# Right of 1st Refusal



## PM720 (Oct 10, 2012)

Hey,

So divorce is finally final. I think I did alright and I am happy with the agreement. Would have liked more time with the kids (55/45), but I think I made out OK in the end.

Anyway, my issue now is with the Right of 1st Refusal. Our settlement agreement states that if one of us is going to be away from the kids for over 4 hours, that we must first ask the other parent if they want the children.

So my understanding is, If I am at work, then I have to ask their mom if she wants the kids, during that entire time period. Am I correct? She interrupts it as, she gets home 1.5 hours before I do, so she can pick up the kids from my aunt's house and take them to hers. I would then need to go to her house and pick them up. I don't believe this is how the law works.

If she were a reasonable person I wouldn't have much of an issue. Except that she is often rude and nasty when I interact with her. Sends me nasty text messages and constantly insults me. So, obviously I would rather not go to her house.

Can anyone tell me what the correct answer is? Does the right of 1st refusal mean the entire time period that I am gone or can she pick and choose which hours she can have the kids during that time period?


----------



## 06Daddio08 (Jul 26, 2012)

Wait, on your 45% of the time with the kids your ex wants to take the kids from your babysitter while you're at work?


----------



## angelpixie (Mar 2, 2012)

My ex and I have this in our agreement, too. But we didn't set a minimum amount of time for it to kick in. If either of us are not able to have DS on a day we would normally have him, we are supposed to give a minimum of 24-hour notice to the other parent (barring emergency or illness, of course) to see if he/she wants DS before the other parent gets a friend/babysitter instead. We also don't require the person to take for the entire day. 

This hasn't been much of a problem, as I've made it clear from the beginning that the divorce is the only reason I'm not there with my son everyday. I'll take as much time as I can, and rarely have I turned my ex down a chance for extra time. Likewise, he's nearly always taken him in an emergency. 

If it wasn't for the animosity between the two of you, would it be a problem otherwise if she was with the kids during that time? Are you not wanting them to have the extra time with their mom (it's not technically taking time from you personally, as they wouldn't be with you anyway)? If that's the case, request that she bring them to your place or to a neutral drop-off place, like a supermarket parking lot, or something like that. 

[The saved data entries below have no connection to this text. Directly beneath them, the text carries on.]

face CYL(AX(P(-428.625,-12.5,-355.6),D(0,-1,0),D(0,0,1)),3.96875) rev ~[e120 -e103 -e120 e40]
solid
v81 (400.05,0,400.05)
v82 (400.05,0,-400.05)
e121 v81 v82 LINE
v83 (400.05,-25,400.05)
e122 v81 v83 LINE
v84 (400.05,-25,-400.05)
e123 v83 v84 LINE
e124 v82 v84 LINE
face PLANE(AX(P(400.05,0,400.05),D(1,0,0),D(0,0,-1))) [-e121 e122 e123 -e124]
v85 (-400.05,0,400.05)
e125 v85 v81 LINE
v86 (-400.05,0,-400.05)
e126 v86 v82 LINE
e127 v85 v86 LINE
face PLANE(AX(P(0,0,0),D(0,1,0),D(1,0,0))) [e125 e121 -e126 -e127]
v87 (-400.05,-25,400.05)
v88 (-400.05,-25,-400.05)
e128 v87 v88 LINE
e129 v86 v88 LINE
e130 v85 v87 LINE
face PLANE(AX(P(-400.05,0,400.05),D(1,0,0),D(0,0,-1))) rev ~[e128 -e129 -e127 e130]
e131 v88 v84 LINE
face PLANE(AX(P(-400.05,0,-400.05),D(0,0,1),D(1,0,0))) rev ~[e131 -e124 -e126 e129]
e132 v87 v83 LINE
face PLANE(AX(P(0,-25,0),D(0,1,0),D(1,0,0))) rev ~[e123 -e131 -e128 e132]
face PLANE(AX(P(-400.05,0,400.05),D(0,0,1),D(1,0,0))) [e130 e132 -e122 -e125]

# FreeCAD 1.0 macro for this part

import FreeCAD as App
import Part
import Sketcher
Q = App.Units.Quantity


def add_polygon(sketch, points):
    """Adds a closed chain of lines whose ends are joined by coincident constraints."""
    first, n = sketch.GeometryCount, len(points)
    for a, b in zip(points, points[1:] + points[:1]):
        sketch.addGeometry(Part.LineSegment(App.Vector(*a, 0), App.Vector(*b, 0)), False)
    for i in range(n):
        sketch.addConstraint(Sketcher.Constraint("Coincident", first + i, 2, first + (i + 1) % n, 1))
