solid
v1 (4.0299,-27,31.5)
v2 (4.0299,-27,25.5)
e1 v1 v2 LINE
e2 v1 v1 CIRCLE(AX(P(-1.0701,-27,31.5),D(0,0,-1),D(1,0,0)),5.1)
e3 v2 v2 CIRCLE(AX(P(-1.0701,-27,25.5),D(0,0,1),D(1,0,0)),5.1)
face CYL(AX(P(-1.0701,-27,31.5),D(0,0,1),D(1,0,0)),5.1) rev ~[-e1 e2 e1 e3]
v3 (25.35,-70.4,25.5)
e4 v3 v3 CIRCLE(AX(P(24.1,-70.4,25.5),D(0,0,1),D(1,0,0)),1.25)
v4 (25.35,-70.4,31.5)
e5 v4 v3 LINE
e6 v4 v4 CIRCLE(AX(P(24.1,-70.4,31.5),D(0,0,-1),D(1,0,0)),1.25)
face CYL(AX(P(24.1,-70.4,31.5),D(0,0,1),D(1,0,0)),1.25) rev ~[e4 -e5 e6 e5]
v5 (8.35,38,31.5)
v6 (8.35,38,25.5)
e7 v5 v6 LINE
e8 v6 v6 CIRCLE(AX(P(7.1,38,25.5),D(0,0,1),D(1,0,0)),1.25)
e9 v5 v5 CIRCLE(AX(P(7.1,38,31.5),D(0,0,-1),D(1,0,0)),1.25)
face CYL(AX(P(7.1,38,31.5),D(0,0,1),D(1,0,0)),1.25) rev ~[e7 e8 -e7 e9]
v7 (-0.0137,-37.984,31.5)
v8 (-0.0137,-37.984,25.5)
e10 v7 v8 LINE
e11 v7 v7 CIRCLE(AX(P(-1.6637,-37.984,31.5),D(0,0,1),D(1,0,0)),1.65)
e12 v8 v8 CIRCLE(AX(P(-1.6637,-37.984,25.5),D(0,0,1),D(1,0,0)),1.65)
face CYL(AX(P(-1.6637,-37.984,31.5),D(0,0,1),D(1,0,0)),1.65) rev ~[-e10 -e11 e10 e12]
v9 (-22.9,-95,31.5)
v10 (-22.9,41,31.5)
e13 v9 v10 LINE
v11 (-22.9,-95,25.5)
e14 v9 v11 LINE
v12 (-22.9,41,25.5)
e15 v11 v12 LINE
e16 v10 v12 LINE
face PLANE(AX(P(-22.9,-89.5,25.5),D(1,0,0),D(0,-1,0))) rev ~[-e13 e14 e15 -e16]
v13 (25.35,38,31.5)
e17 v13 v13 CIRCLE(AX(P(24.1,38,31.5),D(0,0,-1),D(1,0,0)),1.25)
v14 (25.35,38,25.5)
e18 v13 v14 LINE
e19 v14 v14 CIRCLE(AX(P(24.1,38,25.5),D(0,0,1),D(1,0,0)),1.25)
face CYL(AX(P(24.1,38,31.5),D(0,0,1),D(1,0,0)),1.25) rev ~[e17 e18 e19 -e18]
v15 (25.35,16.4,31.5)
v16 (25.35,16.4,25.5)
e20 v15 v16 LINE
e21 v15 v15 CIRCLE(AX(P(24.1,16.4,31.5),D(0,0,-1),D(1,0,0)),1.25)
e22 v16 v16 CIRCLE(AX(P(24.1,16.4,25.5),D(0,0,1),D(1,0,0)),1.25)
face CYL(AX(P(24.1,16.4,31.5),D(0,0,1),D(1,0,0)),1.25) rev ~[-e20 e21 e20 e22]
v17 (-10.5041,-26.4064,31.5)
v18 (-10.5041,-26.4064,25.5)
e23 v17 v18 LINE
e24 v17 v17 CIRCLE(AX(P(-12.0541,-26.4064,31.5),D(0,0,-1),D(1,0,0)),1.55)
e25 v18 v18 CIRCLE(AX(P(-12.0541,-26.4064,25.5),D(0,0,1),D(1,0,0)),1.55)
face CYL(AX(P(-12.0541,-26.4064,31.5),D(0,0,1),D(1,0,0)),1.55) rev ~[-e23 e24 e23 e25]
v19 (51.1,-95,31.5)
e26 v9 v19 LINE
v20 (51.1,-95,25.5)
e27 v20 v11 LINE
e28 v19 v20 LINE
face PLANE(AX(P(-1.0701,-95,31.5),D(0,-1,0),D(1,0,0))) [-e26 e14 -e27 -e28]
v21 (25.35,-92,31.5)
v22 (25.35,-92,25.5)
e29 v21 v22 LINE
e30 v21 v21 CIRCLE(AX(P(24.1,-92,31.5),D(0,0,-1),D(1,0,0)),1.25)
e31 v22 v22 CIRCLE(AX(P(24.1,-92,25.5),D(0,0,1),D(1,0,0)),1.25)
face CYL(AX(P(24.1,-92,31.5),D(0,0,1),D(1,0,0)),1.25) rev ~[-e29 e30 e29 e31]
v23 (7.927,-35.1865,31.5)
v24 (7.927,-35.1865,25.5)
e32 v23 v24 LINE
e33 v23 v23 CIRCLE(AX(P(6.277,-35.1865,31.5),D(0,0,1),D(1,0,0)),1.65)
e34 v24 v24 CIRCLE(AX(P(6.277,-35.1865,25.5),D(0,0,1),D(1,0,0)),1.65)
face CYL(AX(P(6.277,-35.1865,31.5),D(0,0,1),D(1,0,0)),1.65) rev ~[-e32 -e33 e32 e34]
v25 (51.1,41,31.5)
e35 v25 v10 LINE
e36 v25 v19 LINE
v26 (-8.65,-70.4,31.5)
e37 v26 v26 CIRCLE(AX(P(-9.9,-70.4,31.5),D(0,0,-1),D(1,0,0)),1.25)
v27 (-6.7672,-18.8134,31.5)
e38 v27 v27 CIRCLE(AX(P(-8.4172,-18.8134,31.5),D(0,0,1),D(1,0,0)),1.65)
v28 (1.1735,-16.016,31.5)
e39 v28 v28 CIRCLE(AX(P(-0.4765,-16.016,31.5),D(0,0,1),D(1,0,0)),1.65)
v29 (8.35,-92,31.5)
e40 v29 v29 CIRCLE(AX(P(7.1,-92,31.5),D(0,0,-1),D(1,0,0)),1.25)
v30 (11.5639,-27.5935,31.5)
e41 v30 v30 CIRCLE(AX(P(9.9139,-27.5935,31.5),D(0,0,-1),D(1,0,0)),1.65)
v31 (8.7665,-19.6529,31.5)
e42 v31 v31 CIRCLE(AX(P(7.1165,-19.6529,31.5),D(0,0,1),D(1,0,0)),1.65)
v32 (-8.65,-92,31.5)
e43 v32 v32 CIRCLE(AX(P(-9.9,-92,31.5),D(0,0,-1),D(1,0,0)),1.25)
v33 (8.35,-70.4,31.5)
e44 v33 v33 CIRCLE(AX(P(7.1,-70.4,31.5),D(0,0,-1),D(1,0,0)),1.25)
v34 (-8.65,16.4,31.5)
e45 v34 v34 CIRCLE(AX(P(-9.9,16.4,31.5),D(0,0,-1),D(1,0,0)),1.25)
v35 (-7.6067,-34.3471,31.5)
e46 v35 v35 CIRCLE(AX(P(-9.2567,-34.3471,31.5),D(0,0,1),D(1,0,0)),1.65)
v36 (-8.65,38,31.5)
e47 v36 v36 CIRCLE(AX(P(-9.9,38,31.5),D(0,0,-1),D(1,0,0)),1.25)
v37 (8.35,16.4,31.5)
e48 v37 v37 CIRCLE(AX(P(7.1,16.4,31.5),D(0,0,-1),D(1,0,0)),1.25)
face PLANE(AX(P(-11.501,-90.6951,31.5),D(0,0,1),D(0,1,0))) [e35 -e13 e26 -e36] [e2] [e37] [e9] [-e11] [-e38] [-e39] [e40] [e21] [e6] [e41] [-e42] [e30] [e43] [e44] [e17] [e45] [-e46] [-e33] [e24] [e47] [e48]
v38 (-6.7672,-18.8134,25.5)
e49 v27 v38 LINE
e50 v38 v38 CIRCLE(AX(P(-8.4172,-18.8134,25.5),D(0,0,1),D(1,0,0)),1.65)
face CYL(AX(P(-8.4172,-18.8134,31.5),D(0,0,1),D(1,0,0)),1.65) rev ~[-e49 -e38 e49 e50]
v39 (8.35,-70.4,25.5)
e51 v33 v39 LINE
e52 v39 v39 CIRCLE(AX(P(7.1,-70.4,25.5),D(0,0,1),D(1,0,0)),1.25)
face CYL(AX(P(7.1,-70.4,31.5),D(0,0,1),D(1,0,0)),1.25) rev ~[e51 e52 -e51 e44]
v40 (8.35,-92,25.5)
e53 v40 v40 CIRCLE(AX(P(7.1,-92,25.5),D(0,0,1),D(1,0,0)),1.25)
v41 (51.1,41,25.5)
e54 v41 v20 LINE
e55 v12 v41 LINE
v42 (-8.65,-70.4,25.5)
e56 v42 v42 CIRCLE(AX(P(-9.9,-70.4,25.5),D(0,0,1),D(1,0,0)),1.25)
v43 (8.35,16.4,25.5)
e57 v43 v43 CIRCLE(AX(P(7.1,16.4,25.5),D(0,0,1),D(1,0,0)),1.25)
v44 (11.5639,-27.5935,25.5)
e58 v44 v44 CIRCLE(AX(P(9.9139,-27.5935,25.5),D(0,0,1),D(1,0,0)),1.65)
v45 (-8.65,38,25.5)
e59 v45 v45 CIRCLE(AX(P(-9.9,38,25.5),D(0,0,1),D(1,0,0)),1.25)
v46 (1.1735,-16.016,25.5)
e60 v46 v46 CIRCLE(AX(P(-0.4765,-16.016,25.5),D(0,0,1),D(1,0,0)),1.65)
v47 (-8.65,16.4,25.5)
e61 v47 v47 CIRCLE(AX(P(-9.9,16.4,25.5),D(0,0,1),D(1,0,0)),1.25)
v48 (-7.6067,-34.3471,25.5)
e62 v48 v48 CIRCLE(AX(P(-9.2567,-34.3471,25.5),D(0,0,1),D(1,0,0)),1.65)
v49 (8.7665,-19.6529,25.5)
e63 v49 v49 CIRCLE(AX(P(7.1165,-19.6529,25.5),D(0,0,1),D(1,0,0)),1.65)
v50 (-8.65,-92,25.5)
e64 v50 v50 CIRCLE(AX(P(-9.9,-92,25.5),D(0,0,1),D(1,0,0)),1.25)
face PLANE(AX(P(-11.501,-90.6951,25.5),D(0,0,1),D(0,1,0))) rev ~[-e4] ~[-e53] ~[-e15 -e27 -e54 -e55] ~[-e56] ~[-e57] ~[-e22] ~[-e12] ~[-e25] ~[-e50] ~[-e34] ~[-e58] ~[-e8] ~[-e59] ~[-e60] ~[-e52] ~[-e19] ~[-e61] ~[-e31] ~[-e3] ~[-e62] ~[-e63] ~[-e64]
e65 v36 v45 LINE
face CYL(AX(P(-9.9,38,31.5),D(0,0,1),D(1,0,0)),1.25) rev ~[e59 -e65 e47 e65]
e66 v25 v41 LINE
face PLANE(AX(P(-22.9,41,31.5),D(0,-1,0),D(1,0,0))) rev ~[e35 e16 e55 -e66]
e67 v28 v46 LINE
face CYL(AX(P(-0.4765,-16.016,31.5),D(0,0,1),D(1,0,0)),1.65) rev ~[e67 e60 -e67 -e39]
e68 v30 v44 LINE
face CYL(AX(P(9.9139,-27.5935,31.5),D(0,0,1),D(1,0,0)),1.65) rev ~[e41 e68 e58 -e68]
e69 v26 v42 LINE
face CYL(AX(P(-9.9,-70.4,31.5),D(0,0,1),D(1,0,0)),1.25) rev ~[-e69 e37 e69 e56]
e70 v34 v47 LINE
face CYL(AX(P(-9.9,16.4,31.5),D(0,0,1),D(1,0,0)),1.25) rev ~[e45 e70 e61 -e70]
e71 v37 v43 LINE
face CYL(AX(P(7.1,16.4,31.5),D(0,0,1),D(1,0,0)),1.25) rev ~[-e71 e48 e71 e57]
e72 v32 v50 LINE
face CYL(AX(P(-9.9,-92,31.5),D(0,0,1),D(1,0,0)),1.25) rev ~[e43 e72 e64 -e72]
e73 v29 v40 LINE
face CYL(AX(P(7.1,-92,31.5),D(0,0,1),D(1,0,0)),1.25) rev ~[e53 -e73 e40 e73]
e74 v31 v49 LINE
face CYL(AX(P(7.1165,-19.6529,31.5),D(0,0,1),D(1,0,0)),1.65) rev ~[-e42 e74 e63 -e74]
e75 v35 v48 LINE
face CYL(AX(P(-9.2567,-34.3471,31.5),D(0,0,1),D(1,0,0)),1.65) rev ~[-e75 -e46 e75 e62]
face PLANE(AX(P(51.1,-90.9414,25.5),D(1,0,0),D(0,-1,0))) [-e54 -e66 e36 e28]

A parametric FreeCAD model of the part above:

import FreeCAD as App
import Part
import Sketcher

V = App.Vector

doc = App.newDocument("Part")
params = doc.addObject("Spreadsheet::Sheet", "Params")
for row, (alias, value) in enumerate([
    ("sketch1_width", "74 mm"),
    ("sketch1_height", "176 mm"),
    ("pad1_length", "6 mm"),
    ("sketch2_diameter", "3.1 mm"),
    ("sketch2_diameter2", "3.3 mm"),
    ("sketch2_diameter3", "10.2 mm"),
    ("pocket1_length", "10 mm"),
    ("sketch3_height", "20 mm"),
    ("sketch3_width", "74 mm"),
    ("pocket2_length", "6 mm"),
    ("sketch4_diameter", "2.5 mm"),
    ("pocket3_length", "20 mm"),
], start=1):
    params.set(f"A{row}", alias)
    params.set(f"B{row}", "=" + value)
    params.setAlias(f"B{row}", alias)

body = doc.addObject("PartDesign::Body", "Body")

# Sketch on XY plane
sketch1 = body.newObject("Sketcher::SketchObject", "Sketch")
sketch1.AttachmentSupport = (doc.getObject("XY_Plane"), [""])
sketch1.MapMode = "FlatFace"
sketch1.AttachmentOffset = App.Placement(V(0, 0, 25.5), App.Rotation())
sketch1.addGeometry([
    Part.LineSegment(V(-22.9, -115, 0), V(51.1, -115, 0)),
    Part.LineSegment(V(51.1, -115, 0), V(51.1, 61, 0)),
    Part.LineSegment(V(51.1, 61, 0), V(-22.9, 61, 0)),
    Part.LineSegment(V(-22.9, 61, 0), V(-22.9, -115, 0)),
], False)
sketch1.addConstraint([
    Sketcher.Constraint("Coincident", 0, 2, 1, 1),
    Sketcher.Constraint("Coincident", 1, 2, 2, 1),
    Sketcher.Constraint("Coincident", 2, 2, 3, 1),
    Sketcher.Constraint("Coincident", 3, 2, 0, 1),
    Sketcher.Constraint("Horizontal", 0),
    Sketcher.Constraint("Vertical", 1),
    Sketcher.Constraint("Horizontal", 2),
    Sketcher.Constraint("Vertical", 3),
    Sketcher.Constraint("DistanceX", 0, 1, 0, 2, 74.0),
    Sketcher.Constraint("DistanceY", 1, 1, 1, 2, 176.0),
    Sketcher.Constraint("DistanceY", 0, 2, -1, 1, 115.0),
    Sketcher.Constraint("DistanceX", -1, 1, 0, 2, 51.1),
])
sketch1.setExpression("Constraints[8]", "Params.sketch1_width")
sketch1.setExpression("Constraints[9]", "Params.sketch1_height")
pad1 = body.newObject("PartDesign::Pad", "Pad")
pad1.Profile = sketch1
pad1.setExpression("Length", "Params.pad1_length")

# Sketch on XY plane
sketch2 = body.newObject("Sketcher::SketchObject", "Sketch001")
sketch2.AttachmentSupport = (doc.getObject("XY_Plane"), [""])
sketch2.MapMode = "FlatFace"
sketch2.AttachmentOffset = App.Placement(V(0, 0, 31.5), App.Rotation())
sketch2.addGeometry([
    Part.Circle(V(-12.0541, -26.4064, 0), V(0, 0, 1), 1.55),  # 0
    Part.Circle(V(9.9139, -27.5935, 0), V(0, 0, 1), 1.65),  # 1
    Part.Circle(V(-1.0701, -27, 0), V(0, 0, 1), 5.1),  # 2
    Part.Circle(V(-0.4765, -16.016, 0), V(0, 0, 1), 1.65),  # 3
    Part.Circle(V(-1.6637, -37.984, 0), V(0, 0, 1), 1.65),  # 4
    Part.Circle(V(6.277, -35.1865, 0), V(0, 0, 1), 1.65),  # 5
    Part.Circle(V(7.1165, -19.6529, 0), V(0, 0, 1), 1.65),  # 6
    Part.Circle(V(-8.4172, -18.8134, 0), V(0, 0, 1), 1.65),  # 7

IMO, if you've agreed to the idea of Right of First Refusal anyway, it's because you both are recognizing that you think it's preferable for the kids to be with one of their parents if at all possible.


----------



## EleGirl (Dec 3, 2011)

You are right. This is not how it works.

How old are your children? 

How many hours a day are they in day care?

I think that the disruption of going to day car, her house and then your house is too much.


----------



## wtf2012 (Oct 22, 2012)

In my state right of first refusal does not apply when family is watching kids.
_Posted via Mobile Device_


----------



## Pbartender (Dec 6, 2012)

Yep. That's the way it works.

The idea is that if you can't be with the kids, you rather leave them with the other parent and give them more time together, instead of dumping them with a babysitter or leaving them home alone.

I too, insisted that this be included in our parenting agreement. 

My wife works in retail and often works weekends and evenings. She's required to inform me of her work schedule as soon as she knows what it is. So, I'll be getting extra time with the kids during the school year, and sometimes on the weekends in the summer, too.

I work a regular M-F day shift, so she'll pick up some extra time with them on weekdays during the summer.

Forget about how your ex acts towards you... This is about the kids.


----------



## EnjoliWoman (Jul 2, 2012)

If they are old enough just get them in the habit of coming out when you honk. This isn't a date; you don't have to go to the door. I struggled with having to see ex all of the time. 

Also, ignore the nasty comments. Shut them down. You can't stop them but if it's in person or on the phone you can certainly say "if you need to talk about the kids/their schedule/etc then let's resolve that. Otherwise I'm going to hang up now as this is no longer productive. And hang up. If it's in text, tell her that and ignore every message until it is about the kids. Don't reply to anything else. She will eventually stop - it only took a couple months to get ex trained. He still goes on and on in emails on occasion but I stopped engaging there, too. I see no need to justify myself to him and you don't have to, either.


----------